◆ **THE PROBLEM**: Below are the records; give again exactly the line with "face PLANE(AX(P(27,0,-20),D(1,0,0),D(0,0,-1))) rev", the line with "v7 (27,0,16)", and each line that lies between them, and nothing besides.

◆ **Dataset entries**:

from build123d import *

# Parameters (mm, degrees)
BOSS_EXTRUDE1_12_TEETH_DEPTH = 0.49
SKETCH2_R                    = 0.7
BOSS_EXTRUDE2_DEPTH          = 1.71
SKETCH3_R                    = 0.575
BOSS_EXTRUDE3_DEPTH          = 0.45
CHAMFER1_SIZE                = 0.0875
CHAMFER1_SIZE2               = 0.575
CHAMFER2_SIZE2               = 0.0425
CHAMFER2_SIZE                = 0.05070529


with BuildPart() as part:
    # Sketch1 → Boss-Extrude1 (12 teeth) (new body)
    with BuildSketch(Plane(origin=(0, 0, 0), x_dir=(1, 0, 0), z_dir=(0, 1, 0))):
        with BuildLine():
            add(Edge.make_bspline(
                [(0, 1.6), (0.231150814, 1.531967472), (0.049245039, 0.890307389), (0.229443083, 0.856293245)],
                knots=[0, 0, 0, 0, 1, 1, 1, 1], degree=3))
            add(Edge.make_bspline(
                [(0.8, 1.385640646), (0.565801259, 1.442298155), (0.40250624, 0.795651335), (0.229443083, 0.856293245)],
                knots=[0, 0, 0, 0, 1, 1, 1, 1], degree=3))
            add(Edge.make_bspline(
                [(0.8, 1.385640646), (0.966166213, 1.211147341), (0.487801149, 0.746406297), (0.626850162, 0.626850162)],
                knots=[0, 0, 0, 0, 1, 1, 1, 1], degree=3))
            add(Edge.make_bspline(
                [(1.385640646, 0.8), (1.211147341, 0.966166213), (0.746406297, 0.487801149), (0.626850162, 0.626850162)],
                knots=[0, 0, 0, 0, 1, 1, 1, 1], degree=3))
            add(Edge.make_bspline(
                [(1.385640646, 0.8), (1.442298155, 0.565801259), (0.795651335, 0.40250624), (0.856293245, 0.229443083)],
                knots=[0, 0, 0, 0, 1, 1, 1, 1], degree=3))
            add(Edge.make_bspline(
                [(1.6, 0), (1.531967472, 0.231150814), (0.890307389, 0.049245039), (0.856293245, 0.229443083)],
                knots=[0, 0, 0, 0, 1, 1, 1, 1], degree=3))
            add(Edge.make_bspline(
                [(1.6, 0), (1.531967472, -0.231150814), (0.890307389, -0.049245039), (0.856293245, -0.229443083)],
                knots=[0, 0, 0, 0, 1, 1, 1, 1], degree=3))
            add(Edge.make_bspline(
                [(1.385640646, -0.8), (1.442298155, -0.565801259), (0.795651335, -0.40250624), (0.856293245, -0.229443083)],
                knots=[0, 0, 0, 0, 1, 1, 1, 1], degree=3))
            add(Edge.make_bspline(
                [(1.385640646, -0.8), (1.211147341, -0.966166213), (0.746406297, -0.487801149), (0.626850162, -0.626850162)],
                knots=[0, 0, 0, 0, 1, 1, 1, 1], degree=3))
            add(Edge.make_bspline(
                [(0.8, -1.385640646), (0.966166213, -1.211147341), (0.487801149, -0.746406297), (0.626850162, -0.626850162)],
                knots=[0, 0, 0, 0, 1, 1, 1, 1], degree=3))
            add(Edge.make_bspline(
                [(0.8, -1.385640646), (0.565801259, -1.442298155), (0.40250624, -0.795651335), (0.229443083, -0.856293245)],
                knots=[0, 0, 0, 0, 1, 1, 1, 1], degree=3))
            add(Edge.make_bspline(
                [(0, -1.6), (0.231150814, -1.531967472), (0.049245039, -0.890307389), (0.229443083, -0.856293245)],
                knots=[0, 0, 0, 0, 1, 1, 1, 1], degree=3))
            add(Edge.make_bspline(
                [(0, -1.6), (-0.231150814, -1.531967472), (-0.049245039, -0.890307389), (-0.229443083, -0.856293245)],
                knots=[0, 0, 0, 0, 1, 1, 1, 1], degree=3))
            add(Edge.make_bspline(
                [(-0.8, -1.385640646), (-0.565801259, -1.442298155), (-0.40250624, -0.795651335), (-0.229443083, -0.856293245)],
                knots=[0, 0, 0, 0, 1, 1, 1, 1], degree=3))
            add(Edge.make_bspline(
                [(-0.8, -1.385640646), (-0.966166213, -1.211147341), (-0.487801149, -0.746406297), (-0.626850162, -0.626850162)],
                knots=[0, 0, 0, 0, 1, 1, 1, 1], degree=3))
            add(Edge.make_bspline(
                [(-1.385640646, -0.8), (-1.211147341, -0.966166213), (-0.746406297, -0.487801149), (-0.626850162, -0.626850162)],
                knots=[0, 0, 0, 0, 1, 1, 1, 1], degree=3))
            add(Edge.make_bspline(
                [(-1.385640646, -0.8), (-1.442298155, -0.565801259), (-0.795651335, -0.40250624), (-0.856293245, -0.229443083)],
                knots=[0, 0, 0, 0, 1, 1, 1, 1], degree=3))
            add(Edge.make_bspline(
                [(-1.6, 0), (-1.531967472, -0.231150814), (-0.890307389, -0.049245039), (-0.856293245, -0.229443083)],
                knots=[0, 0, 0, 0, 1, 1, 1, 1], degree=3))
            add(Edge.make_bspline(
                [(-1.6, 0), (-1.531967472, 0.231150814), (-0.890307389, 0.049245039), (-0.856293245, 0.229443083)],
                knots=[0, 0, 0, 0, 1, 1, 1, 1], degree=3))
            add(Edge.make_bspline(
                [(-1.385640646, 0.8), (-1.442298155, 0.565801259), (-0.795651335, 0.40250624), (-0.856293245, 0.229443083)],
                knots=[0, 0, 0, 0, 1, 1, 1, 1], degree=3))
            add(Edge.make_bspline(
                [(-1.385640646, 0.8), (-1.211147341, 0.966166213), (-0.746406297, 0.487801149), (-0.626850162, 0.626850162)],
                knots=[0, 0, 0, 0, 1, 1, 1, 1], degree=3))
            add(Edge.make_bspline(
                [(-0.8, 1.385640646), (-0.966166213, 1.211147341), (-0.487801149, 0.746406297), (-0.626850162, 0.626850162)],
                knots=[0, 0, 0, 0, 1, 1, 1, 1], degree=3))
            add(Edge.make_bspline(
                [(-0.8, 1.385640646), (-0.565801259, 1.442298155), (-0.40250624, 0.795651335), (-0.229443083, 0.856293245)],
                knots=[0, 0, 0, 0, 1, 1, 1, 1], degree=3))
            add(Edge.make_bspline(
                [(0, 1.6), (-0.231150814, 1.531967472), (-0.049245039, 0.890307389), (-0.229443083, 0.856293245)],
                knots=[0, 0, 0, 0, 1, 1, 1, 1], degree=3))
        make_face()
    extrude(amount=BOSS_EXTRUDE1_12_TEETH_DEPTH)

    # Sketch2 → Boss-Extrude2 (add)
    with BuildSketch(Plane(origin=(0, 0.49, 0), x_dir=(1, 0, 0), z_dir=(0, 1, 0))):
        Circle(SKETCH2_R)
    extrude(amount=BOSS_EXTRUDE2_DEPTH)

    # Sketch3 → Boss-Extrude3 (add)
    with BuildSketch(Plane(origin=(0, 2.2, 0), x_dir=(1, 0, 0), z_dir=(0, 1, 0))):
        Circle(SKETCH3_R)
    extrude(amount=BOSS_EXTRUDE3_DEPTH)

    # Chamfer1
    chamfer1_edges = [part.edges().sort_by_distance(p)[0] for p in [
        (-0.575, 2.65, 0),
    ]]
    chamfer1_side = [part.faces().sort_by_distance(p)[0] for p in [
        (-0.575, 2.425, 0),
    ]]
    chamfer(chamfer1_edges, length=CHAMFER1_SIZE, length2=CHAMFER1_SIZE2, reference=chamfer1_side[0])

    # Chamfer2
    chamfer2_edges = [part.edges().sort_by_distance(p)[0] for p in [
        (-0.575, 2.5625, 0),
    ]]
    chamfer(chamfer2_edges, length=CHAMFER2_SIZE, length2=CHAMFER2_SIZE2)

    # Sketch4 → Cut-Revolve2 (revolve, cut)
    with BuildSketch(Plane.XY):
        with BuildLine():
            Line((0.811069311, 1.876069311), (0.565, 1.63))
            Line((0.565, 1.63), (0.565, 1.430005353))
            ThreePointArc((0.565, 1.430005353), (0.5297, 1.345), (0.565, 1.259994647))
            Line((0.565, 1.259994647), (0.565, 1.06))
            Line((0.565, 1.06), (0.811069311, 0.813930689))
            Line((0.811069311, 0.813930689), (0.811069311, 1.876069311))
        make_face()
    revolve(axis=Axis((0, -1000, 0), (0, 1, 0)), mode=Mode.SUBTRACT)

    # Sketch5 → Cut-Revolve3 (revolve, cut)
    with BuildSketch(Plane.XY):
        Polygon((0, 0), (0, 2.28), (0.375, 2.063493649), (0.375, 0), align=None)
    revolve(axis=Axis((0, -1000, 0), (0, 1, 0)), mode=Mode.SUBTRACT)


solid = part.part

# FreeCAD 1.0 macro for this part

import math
import FreeCAD as App
import Part
import Sketcher

V = App.Vector
Q = App.Units.Quantity


def edges_at(feature, points):
    """Names of the edges that pass closest to the given points."""
    edges = feature.Shape.Edges
    near = lambda p: min(range(len(edges)), key=lambda i: edges[i].distToShape(Part.Vertex(*p))[0])
    return sorted({f"Edge{near(p) + 1}" for p in points})

doc = App.newDocument("Part")
params = doc.addObject("Spreadsheet::Sheet", "Params")
for row, (alias, value) in enumerate([
    ("pad1_length", "0.49 mm"),
    ("sketch2_diameter", "1.4 mm"),
    ("pad2_length", "1.71 mm"),
    ("sketch3_diameter", "1.15 mm"),
    ("pad3_length", "0.45 mm"),
    ("chamfer_size", "0.0875 mm"),
    ("chamfer_size2", "0.575 mm"),
    ("chamfer2_size", "0.050705 mm"),
    ("chamfer2_size2", "0.0425 mm"),
    ("sketch4_radius", "0.12 mm"),
    ("groove_angle", "360 deg"),
    ("sketch5_height", "2.28 mm"),
    ("groove2_angle", "360 deg"),
], start=1):
    params.set(f"A{row}", alias)
    params.set(f"B{row}", "=" + value)
    params.setAlias(f"B{row}", alias)

body = doc.addObject("PartDesign::Body", "Body")

sketch1 = body.newObject("Sketcher::SketchObject", "Sketch")
sketch1.AttachmentSupport = (doc.getObject("XZ_Plane"), [""])
sketch1.MapMode = "FlatFace"
sketch1.addGeometry(Part.BSplineCurve([V(0, -1.6, 0), V(0.231151, -1.531967, 0), V(0.049245, -0.890307, 0), V(0.229443, -0.856293, 0)], [4, 4], [0, 1], False, 3, [1, 1, 1, 1], False), False)
sketch1.addGeometry(Part.BSplineCurve([V(0, -1.6, 0), V(-0.231151, -1.531967, 0), V(-0.049245, -0.890307, 0), V(-0.229443, -0.856293, 0)], [4, 4], [0, 1], False, 3, [1, 1, 1, 1], False), False)
sketch1.addGeometry(Part.BSplineCurve([V(-0.8, -1.385641, 0), V(-0.565801, -1.442298, 0), V(-0.402506, -0.795651, 0), V(-0.229443, -0.856293, 0)], [4, 4], [0, 1], False, 3, [1, 1, 1, 1], False), False)
sketch1.addGeometry(Part.BSplineCurve([V(-0.8, -1.385641, 0), V(-0.966166, -1.211147, 0), V(-0.487801, -0.746406, 0), V(-0.62685, -0.62685, 0)], [4, 4], [0, 1], False, 3, [1, 1, 1, 1], False), False)
sketch1.addGeometry(Part.BSplineCurve([V(-1.385641, -0.8, 0), V(-1.211147, -0.966166, 0), V(-0.746406, -0.487801, 0), V(-0.62685, -0.62685, 0)], [4, 4], [0, 1], False, 3, [1, 1, 1, 1], False), False)
sketch1.addGeometry(Part.BSplineCurve([V(-1.385641, -0.8, 0), V(-1.442298, -0.565801, 0), V(-0.795651, -0.402506, 0), V(-0.856293, -0.229443, 0)], [4, 4], [0, 1], False, 3, [1, 1, 1, 1], False), False)
sketch1.addGeometry(Part.BSplineCurve([V(-1.6, 0, 0), V(-1.531967, -0.231151, 0), V(-0.890307, -0.049245, 0), V(-0.856293, -0.229443, 0)], [4, 4], [0, 1], False, 3, [1, 1, 1, 1], False), False)
sketch1.addGeometry(Part.BSplineCurve([V(-1.6, 0, 0), V(-1.531967, 0.231151, 0), V(-0.890307, 0.049245, 0), V(-0.856293, 0.229443, 0)], [4, 4], [0, 1], False, 3, [1, 1, 1, 1], False), False)
sketch1.addGeometry(Part.BSplineCurve([V(-1.385641, 0.8, 0), V(-1.442298, 0.565801, 0), V(-0.795651, 0.402506, 0), V(-0.856293, 0.229443, 0)], [4, 4], [0, 1], False, 3, [1, 1, 1, 1], False), False)
sketch1.addGeometry(Part.BSplineCurve([V(-1.385641, 0.8, 0), V(-1.211147, 0.966166, 0), V(-0.746406, 0.487801, 0), V(-0.62685, 0.62685, 0)], [4, 4], [0, 1], False, 3, [1, 1, 1, 1], False), False)
sketch1.addGeometry(Part.BSplineCurve([V(-0.8, 1.385641, 0), V(-0.966166, 1.211147, 0), V(-0.487801, 0.746406, 0), V(-0.62685, 0.62685, 0)], [4, 4], [0, 1], False, 3, [1, 1, 1, 1], False), False)
sketch1.addGeometry(Part.BSplineCurve([V(-0.8, 1.385641, 0), V(-0.565801, 1.442298, 0), V(-0.402506, 0.795651, 0), V(-0.229443, 0.856293, 0)], [4, 4], [0, 1], False, 3, [1, 1, 1, 1], False), False)
sketch1.addGeometry(Part.BSplineCurve([V(0, 1.6, 0), V(-0.231151, 1.531967, 0), V(-0.049245, 0.890307, 0), V(-0.229443, 0.856293, 0)], [4, 4], [0, 1], False, 3, [1, 1, 1, 1], False), False)
sketch1.addGeometry(Part.BSplineCurve([V(0, 1.6, 0), V(0.231151, 1.531967, 0), V(0.049245, 0.890307, 0), V(0.229443, 0.856293, 0)], [4, 4], [0, 1], False, 3, [1, 1, 1, 1], False), False)
sketch1.addGeometry(Part.BSplineCurve([V(0.8, 1.385641, 0), V(0.565801, 1.442298, 0), V(0.402506, 0.795651, 0), V(0.229443, 0.856293, 0)], [4, 4], [0, 1], False, 3, [1, 1, 1, 1], False), False)
sketch1.addGeometry(Part.BSplineCurve([V(0.8, 1.385641, 0), V(0.966166, 1.211147, 0), V(0.487801, 0.746406, 0), V(0.62685, 0.62685, 0)], [4, 4], [0, 1], False, 3, [1, 1, 1, 1], False), False)
sketch1.addGeometry(Part.BSplineCurve([V(1.385641, 0.8, 0), V(1.211147, 0.966166, 0), V(0.746406, 0.487801, 0), V(0.62685, 0.62685, 0)], [4, 4], [0, 1], False, 3, [1, 1, 1, 1], False), False)
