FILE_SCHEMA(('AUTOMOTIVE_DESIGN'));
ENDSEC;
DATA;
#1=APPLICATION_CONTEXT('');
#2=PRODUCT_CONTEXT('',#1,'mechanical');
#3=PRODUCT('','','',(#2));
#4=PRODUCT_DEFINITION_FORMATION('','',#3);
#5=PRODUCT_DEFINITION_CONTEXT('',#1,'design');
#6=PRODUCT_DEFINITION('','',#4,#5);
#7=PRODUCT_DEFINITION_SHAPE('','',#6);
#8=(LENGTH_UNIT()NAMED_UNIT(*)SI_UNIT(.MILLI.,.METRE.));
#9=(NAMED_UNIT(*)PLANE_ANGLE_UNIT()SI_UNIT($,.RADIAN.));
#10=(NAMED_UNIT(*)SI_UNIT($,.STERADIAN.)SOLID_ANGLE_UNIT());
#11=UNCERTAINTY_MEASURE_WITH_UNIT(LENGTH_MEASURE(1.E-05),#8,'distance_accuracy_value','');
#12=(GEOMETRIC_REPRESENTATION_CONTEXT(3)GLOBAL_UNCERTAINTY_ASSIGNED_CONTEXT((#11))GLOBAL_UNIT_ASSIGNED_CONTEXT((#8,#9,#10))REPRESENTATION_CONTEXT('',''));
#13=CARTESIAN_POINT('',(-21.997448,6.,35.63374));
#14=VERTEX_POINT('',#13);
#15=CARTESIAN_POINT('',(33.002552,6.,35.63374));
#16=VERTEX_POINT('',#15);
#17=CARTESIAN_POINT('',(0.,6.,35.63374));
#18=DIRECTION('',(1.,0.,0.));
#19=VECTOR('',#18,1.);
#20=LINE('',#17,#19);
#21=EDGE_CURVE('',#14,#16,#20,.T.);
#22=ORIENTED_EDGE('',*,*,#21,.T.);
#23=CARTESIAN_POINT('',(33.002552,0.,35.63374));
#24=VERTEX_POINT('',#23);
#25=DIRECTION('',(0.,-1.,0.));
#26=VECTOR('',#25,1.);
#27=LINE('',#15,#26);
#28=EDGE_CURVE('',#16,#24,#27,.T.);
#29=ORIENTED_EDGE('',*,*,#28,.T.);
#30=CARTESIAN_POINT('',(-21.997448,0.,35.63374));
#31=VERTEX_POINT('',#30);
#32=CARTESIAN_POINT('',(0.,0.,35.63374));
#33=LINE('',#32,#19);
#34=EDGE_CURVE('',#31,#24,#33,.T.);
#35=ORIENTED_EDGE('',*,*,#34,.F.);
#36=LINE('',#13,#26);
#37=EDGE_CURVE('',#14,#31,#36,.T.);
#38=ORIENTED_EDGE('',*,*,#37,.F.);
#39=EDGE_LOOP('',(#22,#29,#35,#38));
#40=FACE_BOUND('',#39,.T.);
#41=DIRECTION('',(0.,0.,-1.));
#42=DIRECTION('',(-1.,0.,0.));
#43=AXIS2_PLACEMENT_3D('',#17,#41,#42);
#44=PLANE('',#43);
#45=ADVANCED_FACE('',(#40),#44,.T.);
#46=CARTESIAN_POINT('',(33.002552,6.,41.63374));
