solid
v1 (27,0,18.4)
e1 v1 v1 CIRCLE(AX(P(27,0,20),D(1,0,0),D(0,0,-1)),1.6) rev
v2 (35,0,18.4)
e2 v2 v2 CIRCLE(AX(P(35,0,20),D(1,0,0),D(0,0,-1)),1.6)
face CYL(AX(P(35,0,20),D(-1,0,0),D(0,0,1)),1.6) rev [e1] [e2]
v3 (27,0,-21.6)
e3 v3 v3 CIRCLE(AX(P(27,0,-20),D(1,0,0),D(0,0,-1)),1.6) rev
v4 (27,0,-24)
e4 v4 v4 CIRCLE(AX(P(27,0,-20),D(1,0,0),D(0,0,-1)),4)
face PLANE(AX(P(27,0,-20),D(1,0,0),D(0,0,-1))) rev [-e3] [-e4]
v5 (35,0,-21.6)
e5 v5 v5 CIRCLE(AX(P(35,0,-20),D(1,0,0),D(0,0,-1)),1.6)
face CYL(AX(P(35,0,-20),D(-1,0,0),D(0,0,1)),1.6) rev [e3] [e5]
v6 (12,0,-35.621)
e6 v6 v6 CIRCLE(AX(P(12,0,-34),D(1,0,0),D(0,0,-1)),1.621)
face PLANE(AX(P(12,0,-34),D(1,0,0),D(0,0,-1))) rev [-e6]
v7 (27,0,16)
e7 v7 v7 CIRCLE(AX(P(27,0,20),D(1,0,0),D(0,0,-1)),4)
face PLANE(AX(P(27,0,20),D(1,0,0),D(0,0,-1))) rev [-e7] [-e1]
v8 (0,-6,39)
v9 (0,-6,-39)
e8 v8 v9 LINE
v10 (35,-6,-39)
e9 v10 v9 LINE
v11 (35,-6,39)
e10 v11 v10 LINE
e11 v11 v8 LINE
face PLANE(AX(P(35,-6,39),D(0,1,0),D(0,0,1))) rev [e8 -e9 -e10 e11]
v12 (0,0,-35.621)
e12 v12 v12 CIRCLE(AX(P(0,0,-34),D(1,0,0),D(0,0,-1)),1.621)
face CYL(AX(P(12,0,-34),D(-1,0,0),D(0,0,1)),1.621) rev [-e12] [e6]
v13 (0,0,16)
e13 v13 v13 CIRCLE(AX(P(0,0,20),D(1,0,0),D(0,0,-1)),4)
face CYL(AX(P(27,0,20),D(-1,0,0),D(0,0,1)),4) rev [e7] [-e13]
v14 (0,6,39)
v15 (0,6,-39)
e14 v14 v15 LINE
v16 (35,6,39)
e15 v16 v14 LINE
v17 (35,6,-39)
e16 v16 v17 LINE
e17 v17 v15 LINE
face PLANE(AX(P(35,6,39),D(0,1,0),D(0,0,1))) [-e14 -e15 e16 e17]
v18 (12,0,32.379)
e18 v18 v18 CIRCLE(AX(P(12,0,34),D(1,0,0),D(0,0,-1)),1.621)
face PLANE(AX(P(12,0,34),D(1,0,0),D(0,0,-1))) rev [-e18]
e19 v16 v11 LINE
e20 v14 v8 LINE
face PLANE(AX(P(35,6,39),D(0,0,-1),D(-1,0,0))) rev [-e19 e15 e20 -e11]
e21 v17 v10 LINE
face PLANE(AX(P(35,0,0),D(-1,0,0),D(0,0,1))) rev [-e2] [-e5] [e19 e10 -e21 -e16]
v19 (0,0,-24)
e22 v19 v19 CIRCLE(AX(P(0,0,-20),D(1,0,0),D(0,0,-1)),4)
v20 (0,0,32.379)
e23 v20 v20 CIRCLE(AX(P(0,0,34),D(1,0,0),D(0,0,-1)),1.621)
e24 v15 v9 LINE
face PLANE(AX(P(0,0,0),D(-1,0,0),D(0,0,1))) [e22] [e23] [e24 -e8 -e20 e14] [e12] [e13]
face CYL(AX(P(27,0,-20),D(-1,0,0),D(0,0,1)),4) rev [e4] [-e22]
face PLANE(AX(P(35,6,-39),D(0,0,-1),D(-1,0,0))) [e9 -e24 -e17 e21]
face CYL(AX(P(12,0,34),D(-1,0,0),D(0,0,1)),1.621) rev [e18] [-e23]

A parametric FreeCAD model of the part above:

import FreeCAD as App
import Part
import Sketcher
Q = App.Units.Quantity

doc = App.newDocument("Part")
params = doc.addObject("Spreadsheet::Sheet", "Params")
for row, (alias, value) in enumerate([
    ("sketch1_width", "12 mm"),
    ("sketch1_height", "78 mm"),
    ("pad1_length", "35 mm"),
    ("sketch2_diameter", "8 mm"),
    ("pocket1_length", "27 mm"),
    ("sketch3_diameter", "3.2 mm"),
    ("pocket2_length", "35 mm"),
    ("pocket3_length", "12 mm"),
], start=1):
    params.set(f"A{row}", alias)
    params.set(f"B{row}", "=" + value)
    params.setAlias(f"B{row}", alias)

body = doc.addObject("PartDesign::Body", "Body")

sketch1 = doc.addObject("Sketcher::SketchObject", "Sketch")
body.addObject(sketch1)
sketch1.AttachmentSupport = (doc.YZ_Plane, [""])
sketch1.MapMode = "FlatFace"
sketch1.addGeometry([
    Part.LineSegment(App.Vector(6, 39, 0), App.Vector(-6, 39, 0)),
    Part.LineSegment(App.Vector(-6, 39, 0), App.Vector(-6, -39, 0)),
    Part.LineSegment(App.Vector(-6, -39, 0), App.Vector(6, -39, 0)),
    Part.LineSegment(App.Vector(6, -39, 0), App.Vector(6, 39, 0)),
], False)
sketch1.addConstraint([
    Sketcher.Constraint("Coincident", 0, 2, 1, 1),
    Sketcher.Constraint("Coincident", 1, 2, 2, 1),
    Sketcher.Constraint("Coincident", 2, 2, 3, 1),
    Sketcher.Constraint("Coincident", 3, 2, 0, 1),
    Sketcher.Constraint("Horizontal", 0),
    Sketcher.Constraint("Vertical", 1),
    Sketcher.Constraint("Horizontal", 2),
    Sketcher.Constraint("Vertical", 3),
    Sketcher.Constraint("Symmetric", 0, 2, 2, 2, -1, 1),
    Sketcher.Constraint("DistanceX", 0, 2, 0, 1, Q("12 mm")),
    Sketcher.Constraint("DistanceY", 1, 2, 1, 1, Q("78 mm")),
])
sketch1.setExpression("Constraints[9]", "Params.sketch1_width")
sketch1.setExpression("Constraints[10]", "Params.sketch1_height")
pad1 = doc.addObject("PartDesign::Pad", "Pad")
body.addObject(pad1)
pad1.Profile = sketch1
pad1.setExpression("Length", "Params.pad1_length")

sketch2 = doc.addObject("Sketcher::SketchObject", "Sketch001")
body.addObject(sketch2)
sketch2.AttachmentSupport = (doc.YZ_Plane, [""])
sketch2.MapMode = "FlatFace"
sketch2.addGeometry([
    Part.Circle(App.Vector(0, 20, 0), App.Vector(0, 0, 1), 4),
    Part.Circle(App.Vector(0, -20, 0), App.Vector(0, 0, 1), 4),
], False)
sketch2.addConstraint([
    Sketcher.Constraint("Equal", 0, 1),
    Sketcher.Constraint("Symmetric", 0, 3, 1, 3, -1, 1),
    Sketcher.Constraint("PointOnObject", 0, 3, -2),
    Sketcher.Constraint("Diameter", 0, Q("8 mm")),
    Sketcher.Constraint("DistanceY", -1, 1, 0, 3, Q("20 mm")),
])
sketch2.setExpression("Constraints[3]", "Params.sketch2_diameter")
pocket1 = doc.addObject("PartDesign::Pocket", "Pocket")
body.addObject(pocket1)
pocket1.Profile = sketch2
pocket1.setExpression("Length", "Params.pocket1_length")
pocket1.Reversed = True

sketch3 = doc.addObject("Sketcher::SketchObject", "Sketch002")
body.addObject(sketch3)
sketch3.AttachmentSupport = (doc.YZ_Plane, [""])
sketch3.MapMode = "FlatFace"
sketch3.addGeometry([
    Part.Circle(App.Vector(0, 20, 0), App.Vector(0, 0, 1), 1.6),
    Part.Circle(App.Vector(0, -20, 0), App.Vector(0, 0, 1), 1.6),
], False)
sketch3.addConstraint([
    Sketcher.Constraint("Equal", 0, 1),
    Sketcher.Constraint("Symmetric", 0, 3, 1, 3, -1, 1),
    Sketcher.Constraint("PointOnObject", 0, 3, -2),
    Sketcher.Constraint("Diameter", 0, Q("3.2 mm")),
    Sketcher.Constraint("DistanceY", -1, 1, 0, 3, Q("20 mm")),
])
sketch3.setExpression("Constraints[3]", "Params.sketch3_diameter")
pocket2 = doc.addObject("PartDesign::Pocket", "Pocket001")
body.addObject(pocket2)
pocket2.Profile = sketch3
pocket2.setExpression("Length", "Params.pocket2_length")
pocket2.Reversed = True

sketch4 = doc.addObject("Sketcher::SketchObject", "Sketch003")
body.addObject(sketch4)
sketch4.AttachmentSupport = (doc.YZ_Plane, [""])
sketch4.MapMode = "FlatFace"
sketch4.addGeometry([
    Part.Circle(App.Vector(0, 34, 0), App.Vector(0, 0, 1), 1.6),
    Part.Circle(App.Vector(0, -34, 0), App.Vector(0, 0, 1), 1.6),
], False)
sketch4.addConstraint([
    Sketcher.Constraint("Equal", 0, 1),
    Sketcher.Constraint("Symmetric", 0, 3, 1, 3, -1, 1),
    Sketcher.Constraint("PointOnObject", 0, 3, -2),
    Sketcher.Constraint("Diameter", 0, Q("3.242 mm")),
    Sketcher.Constraint("DistanceY", -1, 1, 0, 3, Q("34 mm")),
])
pocket3 = doc.addObject("PartDesign::Pocket", "Pocket002")
body.addObject(pocket3)
pocket3.Profile = sketch4
pocket3.setExpression("Length", "Params.pocket3_length")
pocket3.Reversed = True

doc.recompute()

◆ **RESPONSE TO THE TASK**:
face PLANE(AX(P(27,0,-20),D(1,0,0),D(0,0,-1))) rev [-e3] [-e4]
v5 (35,0,-21.6)
e5 v5 v5 CIRCLE(AX(P(35,0,-20),D(1,0,0),D(0,0,-1)),1.6)
face CYL(AX(P(35,0,-20),D(-1,0,0),D(0,0,1)),1.6) rev [e3] [e5]
v6 (12,0,-35.621)
e6 v6 v6 CIRCLE(AX(P(12,0,-34),D(1,0,0),D(0,0,-1)),1.621)
face PLANE(AX(P(12,0,-34),D(1,0,0),D(0,0,-1))) rev [-e6]
v7 (27,0,16)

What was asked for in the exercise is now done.